Applications of an enhanced cluster validity index method based on the Fuzzy C-means and rough set theories to partition and classification

  • Authors:
  • Kuang Yu Huang

  • Affiliations:
  • Department of Information Management, Ling Tung University, #1 Ling Tung Road, Taichung City 408, Taiwan

  • Venue:
  • Expert Systems with Applications: An International Journal
  • Year:
  • 2010

Quantified Score

Hi-index 12.07

Visualization

Abstract

This study proposes a method of cluster validity index that simultaneously provide the measurements of goodness of clustering on clustered data and of classification accuracy for complicated information systems based upon the PBMF-index method and rough set (RS) theory.

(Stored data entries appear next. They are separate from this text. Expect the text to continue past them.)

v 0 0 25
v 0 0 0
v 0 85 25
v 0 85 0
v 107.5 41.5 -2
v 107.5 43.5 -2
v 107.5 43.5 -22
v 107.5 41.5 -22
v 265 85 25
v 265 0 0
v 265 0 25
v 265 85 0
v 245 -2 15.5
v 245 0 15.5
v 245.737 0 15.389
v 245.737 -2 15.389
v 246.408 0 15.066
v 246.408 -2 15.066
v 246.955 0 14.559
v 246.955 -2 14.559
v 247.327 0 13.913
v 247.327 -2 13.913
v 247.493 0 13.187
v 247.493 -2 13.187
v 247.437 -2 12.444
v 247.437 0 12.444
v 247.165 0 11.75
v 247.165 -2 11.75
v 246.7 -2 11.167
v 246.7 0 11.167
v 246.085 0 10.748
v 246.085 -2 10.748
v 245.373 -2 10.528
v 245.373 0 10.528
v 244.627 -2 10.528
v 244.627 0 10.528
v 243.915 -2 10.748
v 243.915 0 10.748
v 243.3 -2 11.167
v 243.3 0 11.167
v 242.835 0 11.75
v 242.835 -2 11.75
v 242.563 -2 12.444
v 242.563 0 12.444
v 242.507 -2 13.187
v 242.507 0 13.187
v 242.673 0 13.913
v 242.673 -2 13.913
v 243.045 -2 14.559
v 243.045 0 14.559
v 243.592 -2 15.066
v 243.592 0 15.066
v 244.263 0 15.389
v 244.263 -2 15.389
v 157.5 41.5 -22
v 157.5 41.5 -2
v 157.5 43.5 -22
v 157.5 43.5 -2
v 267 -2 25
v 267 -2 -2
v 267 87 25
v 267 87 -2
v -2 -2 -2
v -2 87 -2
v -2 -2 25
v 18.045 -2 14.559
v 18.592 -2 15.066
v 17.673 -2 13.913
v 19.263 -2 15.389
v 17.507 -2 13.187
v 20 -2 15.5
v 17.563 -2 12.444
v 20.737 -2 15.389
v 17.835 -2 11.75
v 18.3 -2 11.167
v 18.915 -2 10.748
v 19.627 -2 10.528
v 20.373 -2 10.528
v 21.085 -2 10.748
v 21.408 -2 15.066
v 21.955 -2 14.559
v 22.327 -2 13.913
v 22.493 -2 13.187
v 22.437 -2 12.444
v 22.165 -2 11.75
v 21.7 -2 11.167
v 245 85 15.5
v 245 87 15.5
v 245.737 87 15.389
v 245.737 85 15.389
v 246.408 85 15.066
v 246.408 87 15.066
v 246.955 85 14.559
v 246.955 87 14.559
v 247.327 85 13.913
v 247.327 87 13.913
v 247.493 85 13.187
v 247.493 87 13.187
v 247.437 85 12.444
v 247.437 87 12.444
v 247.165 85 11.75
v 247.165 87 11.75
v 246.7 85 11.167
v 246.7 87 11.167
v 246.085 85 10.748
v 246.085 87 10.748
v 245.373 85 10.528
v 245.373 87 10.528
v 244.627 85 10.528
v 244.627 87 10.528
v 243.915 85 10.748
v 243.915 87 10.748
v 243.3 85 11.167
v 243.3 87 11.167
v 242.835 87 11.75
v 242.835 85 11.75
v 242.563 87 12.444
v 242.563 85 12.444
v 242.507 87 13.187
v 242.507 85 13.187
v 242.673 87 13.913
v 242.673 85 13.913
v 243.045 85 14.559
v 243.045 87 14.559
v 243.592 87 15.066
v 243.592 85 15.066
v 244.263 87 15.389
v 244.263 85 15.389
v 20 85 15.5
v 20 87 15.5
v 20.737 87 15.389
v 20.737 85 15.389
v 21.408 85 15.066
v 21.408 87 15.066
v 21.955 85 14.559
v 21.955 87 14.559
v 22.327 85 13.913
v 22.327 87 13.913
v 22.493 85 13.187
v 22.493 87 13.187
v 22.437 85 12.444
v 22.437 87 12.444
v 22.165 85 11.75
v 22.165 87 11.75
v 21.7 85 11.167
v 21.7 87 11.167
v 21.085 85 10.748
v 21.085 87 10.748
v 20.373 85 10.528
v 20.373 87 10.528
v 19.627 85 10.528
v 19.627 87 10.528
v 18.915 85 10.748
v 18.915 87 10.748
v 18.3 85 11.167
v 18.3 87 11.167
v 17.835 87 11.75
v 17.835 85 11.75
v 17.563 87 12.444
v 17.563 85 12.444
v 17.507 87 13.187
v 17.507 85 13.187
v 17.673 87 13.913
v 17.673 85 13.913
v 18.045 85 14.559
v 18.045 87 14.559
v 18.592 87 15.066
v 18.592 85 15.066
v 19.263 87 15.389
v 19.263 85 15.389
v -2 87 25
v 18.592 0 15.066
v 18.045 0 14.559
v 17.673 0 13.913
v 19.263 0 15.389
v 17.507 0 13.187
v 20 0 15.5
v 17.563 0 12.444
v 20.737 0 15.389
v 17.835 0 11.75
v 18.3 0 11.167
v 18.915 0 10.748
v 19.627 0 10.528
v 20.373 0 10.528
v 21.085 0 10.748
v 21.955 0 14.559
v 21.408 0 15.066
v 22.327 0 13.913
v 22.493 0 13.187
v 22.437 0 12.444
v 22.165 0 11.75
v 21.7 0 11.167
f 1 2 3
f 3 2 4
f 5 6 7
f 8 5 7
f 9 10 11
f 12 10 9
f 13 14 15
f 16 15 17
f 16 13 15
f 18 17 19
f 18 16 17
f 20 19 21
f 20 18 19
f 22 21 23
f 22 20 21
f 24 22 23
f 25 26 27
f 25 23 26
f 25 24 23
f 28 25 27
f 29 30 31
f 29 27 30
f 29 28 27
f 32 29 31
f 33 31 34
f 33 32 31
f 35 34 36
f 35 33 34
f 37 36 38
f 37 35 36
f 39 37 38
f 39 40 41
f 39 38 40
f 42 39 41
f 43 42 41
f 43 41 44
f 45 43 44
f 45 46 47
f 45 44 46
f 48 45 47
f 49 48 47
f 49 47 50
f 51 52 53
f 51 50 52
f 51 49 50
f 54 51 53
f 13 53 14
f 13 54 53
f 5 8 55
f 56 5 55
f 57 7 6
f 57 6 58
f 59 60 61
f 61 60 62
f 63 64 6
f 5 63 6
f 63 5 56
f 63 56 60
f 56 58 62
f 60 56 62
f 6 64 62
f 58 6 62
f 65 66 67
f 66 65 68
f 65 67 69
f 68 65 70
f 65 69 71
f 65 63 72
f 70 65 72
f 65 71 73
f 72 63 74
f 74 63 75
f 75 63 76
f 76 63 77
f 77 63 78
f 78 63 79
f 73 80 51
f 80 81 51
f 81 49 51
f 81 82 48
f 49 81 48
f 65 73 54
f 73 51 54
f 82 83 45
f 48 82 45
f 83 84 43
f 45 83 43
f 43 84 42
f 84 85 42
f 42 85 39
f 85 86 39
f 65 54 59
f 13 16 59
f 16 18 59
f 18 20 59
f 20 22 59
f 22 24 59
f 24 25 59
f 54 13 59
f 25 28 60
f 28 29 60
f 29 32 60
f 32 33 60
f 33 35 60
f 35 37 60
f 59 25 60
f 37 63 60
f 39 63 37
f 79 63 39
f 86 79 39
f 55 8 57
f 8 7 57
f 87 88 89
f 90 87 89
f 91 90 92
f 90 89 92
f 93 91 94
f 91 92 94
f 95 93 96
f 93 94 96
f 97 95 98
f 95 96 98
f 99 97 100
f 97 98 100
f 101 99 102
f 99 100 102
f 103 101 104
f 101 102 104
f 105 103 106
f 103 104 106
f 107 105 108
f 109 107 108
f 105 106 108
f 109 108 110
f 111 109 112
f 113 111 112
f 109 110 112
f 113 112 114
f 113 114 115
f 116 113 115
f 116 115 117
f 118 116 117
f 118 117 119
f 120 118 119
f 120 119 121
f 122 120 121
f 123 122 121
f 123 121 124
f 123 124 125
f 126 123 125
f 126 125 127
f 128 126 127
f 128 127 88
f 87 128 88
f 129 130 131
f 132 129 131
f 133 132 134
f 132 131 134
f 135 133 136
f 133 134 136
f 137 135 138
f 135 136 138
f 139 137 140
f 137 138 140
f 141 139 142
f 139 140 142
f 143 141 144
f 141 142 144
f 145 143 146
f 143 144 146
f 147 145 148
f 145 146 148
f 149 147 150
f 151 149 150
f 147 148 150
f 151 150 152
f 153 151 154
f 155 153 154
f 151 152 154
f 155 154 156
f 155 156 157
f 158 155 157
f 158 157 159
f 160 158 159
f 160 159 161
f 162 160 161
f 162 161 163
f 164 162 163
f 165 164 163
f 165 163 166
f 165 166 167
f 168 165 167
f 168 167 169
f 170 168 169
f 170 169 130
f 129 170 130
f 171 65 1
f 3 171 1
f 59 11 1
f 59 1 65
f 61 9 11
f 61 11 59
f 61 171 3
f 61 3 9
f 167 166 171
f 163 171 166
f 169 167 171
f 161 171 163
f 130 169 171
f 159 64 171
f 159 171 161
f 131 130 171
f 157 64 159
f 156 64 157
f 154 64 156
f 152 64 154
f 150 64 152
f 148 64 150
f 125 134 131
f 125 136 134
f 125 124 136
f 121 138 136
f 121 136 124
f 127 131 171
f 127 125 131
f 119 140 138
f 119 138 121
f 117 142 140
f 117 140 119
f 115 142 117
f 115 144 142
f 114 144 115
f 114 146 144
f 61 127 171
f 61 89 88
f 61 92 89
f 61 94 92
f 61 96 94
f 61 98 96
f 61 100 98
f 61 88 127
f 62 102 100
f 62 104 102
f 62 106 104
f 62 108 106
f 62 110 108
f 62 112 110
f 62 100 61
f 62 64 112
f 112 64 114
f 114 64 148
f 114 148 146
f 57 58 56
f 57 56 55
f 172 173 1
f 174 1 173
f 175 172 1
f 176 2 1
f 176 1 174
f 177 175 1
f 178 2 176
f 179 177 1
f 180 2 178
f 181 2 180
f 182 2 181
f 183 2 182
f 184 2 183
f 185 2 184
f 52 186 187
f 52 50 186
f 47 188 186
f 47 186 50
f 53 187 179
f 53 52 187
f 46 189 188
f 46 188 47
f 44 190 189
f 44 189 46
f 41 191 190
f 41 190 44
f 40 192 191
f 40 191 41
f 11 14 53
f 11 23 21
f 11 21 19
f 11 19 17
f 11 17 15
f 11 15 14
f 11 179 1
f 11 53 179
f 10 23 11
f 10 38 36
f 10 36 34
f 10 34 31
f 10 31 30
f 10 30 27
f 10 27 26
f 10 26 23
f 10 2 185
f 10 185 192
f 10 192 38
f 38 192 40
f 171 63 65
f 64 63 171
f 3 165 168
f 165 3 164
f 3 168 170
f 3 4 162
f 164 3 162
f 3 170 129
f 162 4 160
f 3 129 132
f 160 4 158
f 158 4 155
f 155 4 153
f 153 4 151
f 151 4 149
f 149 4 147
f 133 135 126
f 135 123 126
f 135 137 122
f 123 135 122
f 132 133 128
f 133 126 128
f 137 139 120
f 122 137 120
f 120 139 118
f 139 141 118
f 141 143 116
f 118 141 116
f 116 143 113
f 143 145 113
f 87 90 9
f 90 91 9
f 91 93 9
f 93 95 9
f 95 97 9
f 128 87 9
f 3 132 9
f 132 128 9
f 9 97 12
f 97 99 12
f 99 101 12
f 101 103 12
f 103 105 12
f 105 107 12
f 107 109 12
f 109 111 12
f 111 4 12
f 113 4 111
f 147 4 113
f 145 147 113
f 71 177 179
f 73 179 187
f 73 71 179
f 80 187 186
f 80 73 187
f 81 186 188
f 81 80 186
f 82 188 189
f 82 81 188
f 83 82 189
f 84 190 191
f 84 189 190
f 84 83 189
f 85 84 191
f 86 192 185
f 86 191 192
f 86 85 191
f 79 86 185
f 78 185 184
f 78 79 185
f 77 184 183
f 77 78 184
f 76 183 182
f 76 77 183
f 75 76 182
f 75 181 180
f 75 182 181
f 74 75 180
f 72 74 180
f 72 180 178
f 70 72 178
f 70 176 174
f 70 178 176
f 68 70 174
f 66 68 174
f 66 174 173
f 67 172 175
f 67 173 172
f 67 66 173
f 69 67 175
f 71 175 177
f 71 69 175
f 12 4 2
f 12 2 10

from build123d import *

# Parameters (mm, degrees)
SKETCH1_W           = 265
SKETCH1_H           = 85
BOSS_EXTRUDE2_DEPTH = 25
SHELL1_T            = 2
SKETCH3_W           = 50
SKETCH3_H           = 20
BOSS_EXTRUDE3_DEPTH = 1
SKETCH5_R           = 2.5
CUT_EXTRUDE1_DEPTH  = 87


with BuildPart() as part:
    # Sketch1 → Boss-Extrude2 (new body)
    with BuildSketch(Plane.XY):
        with Locations((132.5, 42.5)):
            Rectangle(SKETCH1_W, SKETCH1_H)
    extrude(amount=BOSS_EXTRUDE2_DEPTH)

    # Shell1
    shell1_openings = [part.faces().sort_by_distance(p)[0] for p in [
        (132.5, 42.5, 25),
    ]]
    offset(amount=SHELL1_T, openings=shell1_openings, kind=Kind.INTERSECTION)

    # Sketch3 → Boss-Extrude3 (add, symmetric)
    with BuildSketch(Plane(origin=(0, 42.5, 0), x_dir=(1, 0, 0), z_dir=(0, 1, 0))):
        with Locations((132.5, 12)):
            Rectangle(SKETCH3_W, SKETCH3_H)
    extrude(amount=BOSS_EXTRUDE3_DEPTH, both=True)

    # Sketch5 → Cut-Extrude1 (cut)
    with BuildSketch(Plane(origin=(0, 87, 0), x_dir=(1, 0, 0), z_dir=(0, 1, 0))):
        with Locations(Location((245, -13, 0), (0, 0, 270))):
            Circle(SKETCH5_R)
        with Locations(Location((20, -13, 0), (0, 0, 270))):
            Circle(SKETCH5_R)
    cut_extrude1 = extrude(amount=-CUT_EXTRUDE1_DEPTH, mode=Mode.SUBTRACT)

    # Mirror1: Cut-Extrude1 across plane
    add(cut_extrude1.mirror(Plane.ZX.offset(42.5)), mode=Mode.SUBTRACT)


solid = part.part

The maximum value of this index, called the Huang-index, not only provides the best partitioning, but also obtains the optimal accuracy of classification for the approximation sets. The traditional PBMF-index method is only used to ensure the formation of a small number of compact clusters with large separation between at least two clusters. In contrast to the traditional PBMF-index method, the Huang-index method extends the applications of unsupervised optimal cluster to the fields of classification. In the proposed algorithm, all the attributes of the data are first clustered into groups using the Fuzzy C-means (FCM) method. The clustered data are then used to identify approximate regions and classification accuracy and to calculate centroids of clusters for decision attribute based on the RS theory. Finally, all those calculated data are put into the proposed index method to find the cluster validity index. The validity of the proposed approach is demonstrated using the data derived from a hypothetical function of two independent variables and electronic stock data extracted from the financial database maintained by the Taiwan Economic Journal (TEJ). The clustering results obtained using the proposed method are compared with the results obtained using the traditional PBMF-index partition method. The effects of the number of clusters on the partitions of clusters and the RS regions are systematically examined and compared. The results show that the proposed Huang-index method not only yields a superior clustering capability than the traditional clustering algorithm, but also yields a reliable classification and obtains a set of suitable decision rules extracted from the RS theory.